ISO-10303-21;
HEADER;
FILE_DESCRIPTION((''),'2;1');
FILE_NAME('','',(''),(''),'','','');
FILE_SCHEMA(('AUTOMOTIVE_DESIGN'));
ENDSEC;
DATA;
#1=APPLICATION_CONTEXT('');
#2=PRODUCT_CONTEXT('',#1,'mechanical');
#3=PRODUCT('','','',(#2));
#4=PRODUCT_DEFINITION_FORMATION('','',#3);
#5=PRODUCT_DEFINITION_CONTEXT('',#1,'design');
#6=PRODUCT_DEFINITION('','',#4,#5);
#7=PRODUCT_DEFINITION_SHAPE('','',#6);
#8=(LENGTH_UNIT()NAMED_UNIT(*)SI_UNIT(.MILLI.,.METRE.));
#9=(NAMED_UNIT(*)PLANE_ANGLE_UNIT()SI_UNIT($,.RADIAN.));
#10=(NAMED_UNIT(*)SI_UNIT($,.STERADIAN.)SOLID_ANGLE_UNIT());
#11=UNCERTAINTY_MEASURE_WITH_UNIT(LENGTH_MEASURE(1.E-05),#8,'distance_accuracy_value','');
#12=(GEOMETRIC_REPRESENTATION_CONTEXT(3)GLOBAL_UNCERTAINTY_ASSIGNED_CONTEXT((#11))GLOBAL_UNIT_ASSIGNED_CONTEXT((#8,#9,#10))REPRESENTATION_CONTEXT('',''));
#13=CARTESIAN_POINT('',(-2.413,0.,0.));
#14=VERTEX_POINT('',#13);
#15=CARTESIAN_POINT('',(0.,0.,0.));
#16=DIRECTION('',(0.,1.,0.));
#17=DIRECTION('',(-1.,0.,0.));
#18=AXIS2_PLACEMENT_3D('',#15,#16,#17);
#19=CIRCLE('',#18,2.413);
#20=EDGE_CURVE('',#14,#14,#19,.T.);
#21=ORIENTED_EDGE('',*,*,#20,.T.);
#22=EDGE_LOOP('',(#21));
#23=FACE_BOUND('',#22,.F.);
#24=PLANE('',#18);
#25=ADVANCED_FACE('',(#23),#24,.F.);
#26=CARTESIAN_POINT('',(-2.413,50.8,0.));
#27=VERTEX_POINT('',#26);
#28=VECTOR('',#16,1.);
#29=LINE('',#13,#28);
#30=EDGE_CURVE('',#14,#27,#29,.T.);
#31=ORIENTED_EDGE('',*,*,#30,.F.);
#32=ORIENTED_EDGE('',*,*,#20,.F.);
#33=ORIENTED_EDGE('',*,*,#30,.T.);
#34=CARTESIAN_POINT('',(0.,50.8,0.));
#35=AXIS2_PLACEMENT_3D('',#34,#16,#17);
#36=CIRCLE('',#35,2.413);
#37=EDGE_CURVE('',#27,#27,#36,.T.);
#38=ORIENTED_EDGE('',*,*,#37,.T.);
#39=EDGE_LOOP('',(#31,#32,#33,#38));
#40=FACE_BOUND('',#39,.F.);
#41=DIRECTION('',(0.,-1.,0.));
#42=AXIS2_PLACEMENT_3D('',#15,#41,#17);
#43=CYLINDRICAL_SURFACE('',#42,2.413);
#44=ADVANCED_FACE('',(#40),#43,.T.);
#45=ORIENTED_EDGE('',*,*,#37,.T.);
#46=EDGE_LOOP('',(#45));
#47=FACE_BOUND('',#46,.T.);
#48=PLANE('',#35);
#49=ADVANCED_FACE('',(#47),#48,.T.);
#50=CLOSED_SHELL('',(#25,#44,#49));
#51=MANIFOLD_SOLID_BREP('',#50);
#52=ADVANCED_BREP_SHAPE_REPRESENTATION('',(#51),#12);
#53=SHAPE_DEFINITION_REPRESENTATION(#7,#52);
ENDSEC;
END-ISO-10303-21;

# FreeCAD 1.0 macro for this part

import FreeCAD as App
import Part
import Sketcher

V = App.Vector
Q = App.Units.Quantity

doc = App.newDocument("Part")
body = doc.addObject("PartDesign::Body", "Body")

# Sketch on XZ plane
sketch1 = body.newObject("Sketcher::SketchObject", "Sketch")
sketch1.AttachmentSupport = (doc.getObject("XZ_Plane"), [""])
sketch1.MapMode = "FlatFace"
sketch1.addGeometry(Part.Circle(V(0, 0, 0), V(0, 0, 1), 2.413), False)
sketch1.addConstraint(Sketcher.Constraint("Coincident", 0, 3, -1, 1))
sketch1.addConstraint(Sketcher.Constraint("Diameter", 0, Q("0.19 in")))
pad1 = body.newObject("PartDesign::Pad", "Pad")
pad1.Profile = sketch1
pad1.Length = Q("2 in")
pad1.Reversed = True

doc.recompute()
○ ○ ○ ○
Using the data above, restate word for word the lines from its opening line through the line that contains "#4=PRODUCT_DEFINITION_FORMATION('','',#3);", and no more.

FINISHED TASK:
ISO-10303-21;
HEADER;
FILE_DESCRIPTION((''),'2;1');
FILE_NAME('','',(''),(''),'','','');
FILE_SCHEMA(('AUTOMOTIVE_DESIGN'));
ENDSEC;
DATA;
#1=APPLICATION_CONTEXT('');
#2=PRODUCT_CONTEXT('',#1,'mechanical');
#3=PRODUCT('','','',(#2));
#4=PRODUCT_DEFINITION_FORMATION('','',#3);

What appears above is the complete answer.